There’s also the temptation to skip the hypothesis step. Running a correlation and then interpreting it after the fact makes it easy to rationalize a mediocre result. The COSMIN framework specifically calls for researchers to decide ahead of time what direction the correlation should go (positive or negative) and roughly how strong it should be. This keeps the validation process honest.
How Researchers Establish It in Practice
The typical process follows a logical sequence. First, you design or select the new instrument you want to validate. Then you identify an appropriate reference measure that’s already accepted for the same construct. You pilot test the new instrument and refine it based on feedback. Once it’s finalized, you administer both instruments to the same group of people at the same time, then calculate the correlation between the two sets of scores.
Sample size matters. Small samples produce unstable correlation estimates that can look misleadingly strong or weak. The mobility decline study mentioned earlier used 114 to 115 participants, which is fairly typical for this kind of validation work. Larger samples give more reliable estimates, particularly when you expect moderate rather than strong correlations.
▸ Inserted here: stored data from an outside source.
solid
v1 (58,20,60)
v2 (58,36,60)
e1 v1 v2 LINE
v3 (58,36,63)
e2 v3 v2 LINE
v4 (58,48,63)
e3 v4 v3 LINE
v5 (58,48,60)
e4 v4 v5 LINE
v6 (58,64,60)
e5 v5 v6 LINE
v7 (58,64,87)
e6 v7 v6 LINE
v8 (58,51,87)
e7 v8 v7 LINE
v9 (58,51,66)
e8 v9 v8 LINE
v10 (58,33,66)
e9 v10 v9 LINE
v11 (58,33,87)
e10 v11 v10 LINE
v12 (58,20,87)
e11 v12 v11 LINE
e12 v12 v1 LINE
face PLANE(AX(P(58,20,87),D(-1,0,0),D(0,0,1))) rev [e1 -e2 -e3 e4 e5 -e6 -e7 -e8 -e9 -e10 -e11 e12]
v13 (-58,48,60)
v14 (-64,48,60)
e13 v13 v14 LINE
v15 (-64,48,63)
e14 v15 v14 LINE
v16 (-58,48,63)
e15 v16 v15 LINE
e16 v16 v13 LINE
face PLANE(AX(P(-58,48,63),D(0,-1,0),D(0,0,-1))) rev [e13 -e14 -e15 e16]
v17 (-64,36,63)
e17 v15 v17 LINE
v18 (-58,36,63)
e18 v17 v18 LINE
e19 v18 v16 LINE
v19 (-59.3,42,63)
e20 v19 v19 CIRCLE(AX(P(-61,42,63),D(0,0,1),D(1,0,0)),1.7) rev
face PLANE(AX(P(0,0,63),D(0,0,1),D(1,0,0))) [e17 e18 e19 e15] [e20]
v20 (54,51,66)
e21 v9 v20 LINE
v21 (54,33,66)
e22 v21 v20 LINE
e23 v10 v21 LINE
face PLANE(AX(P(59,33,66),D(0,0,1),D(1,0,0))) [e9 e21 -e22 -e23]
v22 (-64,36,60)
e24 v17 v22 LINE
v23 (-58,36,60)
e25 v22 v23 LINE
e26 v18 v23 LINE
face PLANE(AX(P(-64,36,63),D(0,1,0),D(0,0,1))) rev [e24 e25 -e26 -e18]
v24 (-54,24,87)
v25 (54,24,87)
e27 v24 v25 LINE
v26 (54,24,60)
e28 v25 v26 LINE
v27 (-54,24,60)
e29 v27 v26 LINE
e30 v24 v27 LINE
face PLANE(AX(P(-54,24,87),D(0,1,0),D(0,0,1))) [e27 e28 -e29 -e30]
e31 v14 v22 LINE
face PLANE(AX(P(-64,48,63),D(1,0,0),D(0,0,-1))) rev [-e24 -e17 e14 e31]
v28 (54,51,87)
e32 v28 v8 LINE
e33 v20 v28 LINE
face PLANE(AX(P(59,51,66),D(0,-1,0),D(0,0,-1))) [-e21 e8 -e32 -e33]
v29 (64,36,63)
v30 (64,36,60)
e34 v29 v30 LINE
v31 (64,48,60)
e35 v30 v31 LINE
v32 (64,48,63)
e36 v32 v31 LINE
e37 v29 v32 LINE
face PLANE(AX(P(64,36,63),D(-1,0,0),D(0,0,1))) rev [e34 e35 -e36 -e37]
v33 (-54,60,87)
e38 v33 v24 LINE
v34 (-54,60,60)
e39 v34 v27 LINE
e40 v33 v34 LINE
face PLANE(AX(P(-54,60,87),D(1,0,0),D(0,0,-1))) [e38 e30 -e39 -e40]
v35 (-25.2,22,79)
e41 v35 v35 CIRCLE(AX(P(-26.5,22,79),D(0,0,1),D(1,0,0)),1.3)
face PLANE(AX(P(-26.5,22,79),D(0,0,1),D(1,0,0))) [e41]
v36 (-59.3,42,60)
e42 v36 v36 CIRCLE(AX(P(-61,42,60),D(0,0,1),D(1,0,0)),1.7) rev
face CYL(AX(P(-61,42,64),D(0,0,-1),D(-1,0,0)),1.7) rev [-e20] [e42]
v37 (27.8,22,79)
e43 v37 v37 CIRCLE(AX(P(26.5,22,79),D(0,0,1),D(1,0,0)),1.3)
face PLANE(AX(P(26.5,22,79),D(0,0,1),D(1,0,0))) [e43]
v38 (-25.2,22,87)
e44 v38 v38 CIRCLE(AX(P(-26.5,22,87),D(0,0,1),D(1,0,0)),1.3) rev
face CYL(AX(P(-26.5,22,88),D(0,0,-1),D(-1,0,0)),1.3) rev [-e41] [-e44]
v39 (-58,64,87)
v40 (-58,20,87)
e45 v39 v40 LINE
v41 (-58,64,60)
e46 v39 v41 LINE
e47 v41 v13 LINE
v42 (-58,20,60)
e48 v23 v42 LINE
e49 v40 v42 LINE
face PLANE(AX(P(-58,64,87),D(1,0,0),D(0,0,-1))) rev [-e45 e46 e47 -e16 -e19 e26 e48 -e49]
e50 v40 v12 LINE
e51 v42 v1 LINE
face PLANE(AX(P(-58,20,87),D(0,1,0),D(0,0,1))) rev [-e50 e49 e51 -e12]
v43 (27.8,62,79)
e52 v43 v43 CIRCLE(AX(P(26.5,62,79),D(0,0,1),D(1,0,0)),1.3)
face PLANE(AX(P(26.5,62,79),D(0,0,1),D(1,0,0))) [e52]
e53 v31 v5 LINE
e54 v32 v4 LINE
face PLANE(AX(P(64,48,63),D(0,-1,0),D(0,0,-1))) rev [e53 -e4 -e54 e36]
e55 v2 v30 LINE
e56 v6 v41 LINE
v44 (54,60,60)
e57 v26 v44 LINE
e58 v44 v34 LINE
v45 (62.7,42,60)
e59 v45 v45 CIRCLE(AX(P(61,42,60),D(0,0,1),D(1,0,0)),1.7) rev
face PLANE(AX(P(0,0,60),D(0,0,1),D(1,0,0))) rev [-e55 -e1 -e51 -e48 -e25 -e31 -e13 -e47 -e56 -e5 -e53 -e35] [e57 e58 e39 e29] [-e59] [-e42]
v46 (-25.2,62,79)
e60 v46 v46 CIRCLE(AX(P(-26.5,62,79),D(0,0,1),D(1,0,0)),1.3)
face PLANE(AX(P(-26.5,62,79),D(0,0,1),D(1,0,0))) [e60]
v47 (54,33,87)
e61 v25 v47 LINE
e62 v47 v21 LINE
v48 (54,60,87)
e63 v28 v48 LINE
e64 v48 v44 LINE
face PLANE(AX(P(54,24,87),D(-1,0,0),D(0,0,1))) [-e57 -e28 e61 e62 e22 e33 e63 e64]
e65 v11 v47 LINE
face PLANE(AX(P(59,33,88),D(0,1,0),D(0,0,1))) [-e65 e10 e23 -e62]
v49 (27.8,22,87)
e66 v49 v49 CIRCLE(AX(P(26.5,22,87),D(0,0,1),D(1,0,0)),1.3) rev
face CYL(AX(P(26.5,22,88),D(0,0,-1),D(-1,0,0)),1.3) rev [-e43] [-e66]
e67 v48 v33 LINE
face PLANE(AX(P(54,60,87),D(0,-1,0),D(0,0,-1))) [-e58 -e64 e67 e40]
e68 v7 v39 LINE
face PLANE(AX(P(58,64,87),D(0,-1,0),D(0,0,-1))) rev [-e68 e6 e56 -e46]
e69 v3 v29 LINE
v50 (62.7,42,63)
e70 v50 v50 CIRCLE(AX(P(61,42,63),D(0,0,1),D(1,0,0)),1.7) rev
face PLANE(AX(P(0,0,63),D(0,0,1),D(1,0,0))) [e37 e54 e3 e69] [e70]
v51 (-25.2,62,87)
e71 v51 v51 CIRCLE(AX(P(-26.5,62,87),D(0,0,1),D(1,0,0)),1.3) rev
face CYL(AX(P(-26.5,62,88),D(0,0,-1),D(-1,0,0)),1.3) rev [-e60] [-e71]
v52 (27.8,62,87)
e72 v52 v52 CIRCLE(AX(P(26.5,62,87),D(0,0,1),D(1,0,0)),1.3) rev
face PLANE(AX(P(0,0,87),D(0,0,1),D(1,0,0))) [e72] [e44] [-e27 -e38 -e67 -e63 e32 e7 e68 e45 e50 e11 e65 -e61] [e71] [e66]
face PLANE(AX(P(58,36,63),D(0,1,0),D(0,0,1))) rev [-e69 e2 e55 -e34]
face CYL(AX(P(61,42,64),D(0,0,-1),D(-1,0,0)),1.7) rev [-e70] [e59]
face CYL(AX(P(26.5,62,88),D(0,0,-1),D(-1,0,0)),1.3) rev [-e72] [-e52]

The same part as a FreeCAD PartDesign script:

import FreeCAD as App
import Part
import Sketcher
Q = App.Units.Quantity

doc = App.newDocument("Part")
body = doc.addObject("PartDesign::Body", "Body")

sketch1 = body.newObject("Sketcher::SketchObject", "Sketch")
sketch1.AttachmentSupport = (doc.getObject("XY_Plane"), [""])
sketch1.MapMode = "FlatFace"
sketch1.AttachmentOffset = App.Placement(App.Vector(0, 0, 60), App.Rotation())
sketch1.addGeometry([
    Part.LineSegment(App.Vector(-58, 64, 0), App.Vector(-58, 20, 0)),
    Part.LineSegment(App.Vector(-58, 20, 0), App.Vector(58, 20, 0)),
    Part.LineSegment(App.Vector(58, 20, 0), App.Vector(58, 64, 0)),
    Part.LineSegment(App.Vector(58, 64, 0), App.Vector(-58, 64, 0)),
    Part.LineSegment(App.Vector(54, 24, 0), App.Vector(-54, 24, 0)),
    Part.LineSegment(App.Vector(-54, 24, 0), App.Vector(-54, 60, 0)),
    Part.LineSegment(App.Vector(-54, 60, 0), App.Vector(54, 60, 0)),
    Part.LineSegment(App.Vector(54, 60, 0), App.Vector(54, 24, 0)),
], False)
sketch1.addConstraint([
    Sketcher.Constraint("Coincident", 0, 2, 1, 1),
    Sketcher.Constraint("Coincident", 1, 2, 2, 1),
    Sketcher.Constraint("Coincident", 2, 2, 3, 1),
    Sketcher.Constraint("Coincident", 3, 2, 0, 1),
    Sketcher.Constraint("Coincident", 4, 2, 5, 1),
    Sketcher.Constraint("Coincident", 5, 2, 6, 1),
    Sketcher.Constraint("Coincident", 6, 2, 7, 1),
    Sketcher.Constraint("Coincident", 7, 2, 4, 1),
    Sketcher.Constraint("Vertical", 0),
    Sketcher.Constraint("Horizontal", 1),
    Sketcher.Constraint("Vertical", 2),
    Sketcher.Constraint("Horizontal", 3),
    Sketcher.Constraint("Horizontal", 4),
    Sketcher.Constraint("Vertical", 5),
    Sketcher.Constraint("Horizontal", 6),
    Sketcher.Constraint("Vertical", 7),
    Sketcher.Constraint("DistanceX", 1, 1, 1, 2, Q("116 mm")),
    Sketcher.Constraint("DistanceX", 4, 2, 4, 1, Q("108 mm")),
    Sketcher.Constraint("DistanceY", 0, 2, 0, 1, Q("44 mm")),
    Sketcher.Constraint("DistanceY", 5, 1, 5, 2, Q("36 mm")),
    Sketcher.Constraint("DistanceX", 0, 2, -1, 1, Q("58 mm")),
    Sketcher.Constraint("DistanceY", -1, 1, 0, 2, Q("20 mm")),
    Sketcher.Constraint("DistanceX", 4, 2, -1, 1, Q("54 mm")),
    Sketcher.Constraint("DistanceY", -1, 1, 4, 2, Q("24 mm")),
])
pad1 = body.newObject("PartDesign::Pad", "Pad")
pad1.Profile = sketch1
pad1.Length = 27

sketch2 = body.newObject("Sketcher::SketchObject", "Sketch001")
sketch2.AttachmentSupport = (doc.getObject("XY_Plane"), [""])
sketch2.MapMode = "FlatFace"
sketch2.AttachmentOffset = App.Placement(App.Vector(0, 0, 60), App.Rotation())
sketch2.addGeometry([
    Part.LineSegment(App.Vector(58, 48, 0), App.Vector(58, 36, 0)),
    Part.LineSegment(App.Vector(58, 36, 0), App.Vector(64, 36, 0)),
    Part.LineSegment(App.Vector(64, 36, 0), App.Vector(64, 48, 0)),
    Part.LineSegment(App.Vector(64, 48, 0), App.Vector(58, 48, 0)),
    Part.LineSegment(App.Vector(-64, 48, 0), App.Vector(-64, 36, 0)),
    Part.LineSegment(App.Vector(-64, 36, 0), App.Vector(-58, 36, 0)),
    Part.LineSegment(App.Vector(-58, 36, 0), App.Vector(-58, 48, 0)),
    Part.LineSegment(App.Vector(-58, 48, 0), App.Vector(-64, 48, 0)),
], False)
sketch2.addConstraint([
    Sketcher.Constraint("Coincident", 0, 2, 1, 1),
    Sketcher.Constraint("Coincident", 1, 2, 2, 1),
    Sketcher.Constraint("Coincident", 2, 2, 3, 1),
    Sketcher.Constraint("Coincident", 3, 2, 0, 1),
    Sketcher.Constraint("Coincident", 4, 2, 5, 1),
    Sketcher.Constraint("Coincident", 5, 2, 6, 1),
    Sketcher.Constraint("Coincident", 6, 2, 7, 1),
    Sketcher.Constraint("Coincident", 7, 2, 4, 1),
    Sketcher.Constraint("Vertical", 0),
    Sketcher.Constraint("Horizontal", 1),
    Sketcher.Constraint("Vertical", 2),
    Sketcher.Constraint("Horizontal", 3),
    Sketcher.Constraint("Vertical", 4),
    Sketcher.Constraint("Horizontal", 5),
    Sketcher.Constraint("Vertical", 6),
    Sketcher.Constraint("Horizontal", 7),
    Sketcher.Constraint("Symmetric", 1, 2, 4, 2, -2),
    Sketcher.Constraint("Symmetric", 3, 2, 6, 2, -2),
    Sketcher.Constraint("DistanceX", 1, 1, 1, 2, Q("6 mm")),
    Sketcher.Constraint("DistanceY", 0, 2, 0, 1, Q("12 mm")),
    Sketcher.Constraint("DistanceX", -1, 1, 0, 2, Q("58 mm")),
    Sketcher.Constraint("DistanceY", -1, 1, 0, 2, Q("36 mm")),
])
pad2 = body.newObject("PartDesign::Pad", "Pad001")
pad2.Profile = sketch2
pad2.Length = 3

sketch3 = body.newObject("Sketcher::SketchObject", "Sketch002")
sketch3.AttachmentSupport = (doc.getObject("XY_Plane"), [""])
sketch3.MapMode = "FlatFace"
sketch3.AttachmentOffset = App.Placement(App.Vector(0, 0, 59), App.Rotation())
sketch3.addGeometry([
    Part.Circle(App.Vector(61, 42, 0), App.Vector(0, 0, 1), 1.7),
    Part.Circle(App.Vector(-61, 42, 0), App.Vector(0, 0, 1), 1.7),
], False)
sketch3.addConstraint([
    Sketcher.Constraint("Equal", 0, 1),
    Sketcher.Constraint("Symmetric", 0, 3, 1, 3, -2),
    Sketcher.Constraint("Diameter", 0, Q("3.4 mm")),
    Sketcher.Constraint("DistanceX", -1, 1, 0, 3, Q("61 mm")),
    Sketcher.Constraint("DistanceY", -1, 1, 0, 3, Q("42 mm")),
])
pocket1 = body.newObject("PartDesign::Pocket", "Pocket")
pocket1.Profile = sketch3
pocket1.Length = 5
pocket1.Reversed = True

sketch4 = body.newObject("Sketcher::SketchObject", "Sketch003")
sketch4.AttachmentSupport = (doc.getObject("XY_Plane"), [""])
sketch4.MapMode = "FlatFace"
sketch4.AttachmentOffset = App.Placement(App.Vector(0, 0, 79), App.Rotation())
sketch4.addGeometry([
    Part.LineSegment(App.Vector(21.5, 64, 0), App.Vector(21.5, 60, 0)),
    Part.LineSegment(App.Vector(21.5, 60, 0), App.Vector(31.5, 60, 0)),
    Part.LineSegment(App.Vector(31.5, 60, 0), App.Vector(31.5, 64, 0)),
    Part.LineSegment(App.Vector(31.5, 64, 0), App.Vector(21.5, 64, 0)),
    Part.LineSegment(App.Vector(-31.5, 64, 0), App.Vector(-31.5, 60, 0)),
    Part.LineSegment(App.Vector(-31.5, 60, 0), App.Vector(-21.5, 60, 0)),
    Part.LineSegment(App.Vector(-21.5, 60, 0), App.Vector(-21.5, 64, 0)),
    Part.LineSegment(App.Vector(-21.5, 64, 0), App.Vector(-31.5, 64, 0)),
    Part.LineSegment(App.Vector(21.5, 24, 0), App.Vector(21.5, 20, 0)),
    Part.LineSegment(App.Vector(21.5, 20, 0), App.Vector(31.5, 20, 0)),
    Part.LineSegment(App.Vector(31.5, 20, 0), App.Vector(31.5, 24, 0)),
    Part.LineSegment(App.Vector(31.5, 24, 0), App.Vector(21.5, 24, 0)),
    Part.LineSegment(App.Vector(-31.5, 24, 0), App.Vector(-31.5, 20, 0)),
    Part.LineSegment(App.Vector(-31.5, 20, 0), App.Vector(-21.5, 20, 0)),
    Part.LineSegment(App.Vector(-21.5, 20, 0), App.Vector(-21.5, 24, 0)),
    Part.LineSegment(App.Vector(-21.5, 24, 0), App.Vector(-31.5, 24, 0)),
], False)
sketch4.addConstraint([
    Sketcher.Constraint("Coincident", 0, 2, 1, 1),
    Sketcher.Constraint("Coincident", 1, 2, 2, 1),
    Sketcher.Constraint("Coincident", 2, 2, 3, 1),
    Sketcher.Constraint("Coincident", 3, 2, 0, 1),
    Sketcher.Constraint("Coincident", 4, 2, 5, 1),
    Sketcher.Constraint("Coincident", 5, 2, 6, 1),
    Sketcher.Constraint("Coincident", 6, 2, 7, 1),
    Sketcher.Constraint("Coincident", 7, 2, 4, 1),
    Sketcher.Constraint("Coincident", 8, 2, 9, 1),
    Sketcher.Constraint("Coincident", 9, 2, 10, 1),
    Sketcher.Constraint("Coincident", 10, 2, 11, 1),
The results are often presented as a correlation matrix showing how each subscale or component of the new tool relates to each component of the reference. In the mobility study, individual test-by-test correlations ranged from non-significant (the Global Physical Health questionnaire vs. some physical performance tests) to strong (the Lower Extremity Functional Scale vs. the 25-question Geriatric Locomotive Function Scale at rho = 0.68). That kind of granularity helps identify which parts of a new tool work well and which need improvement.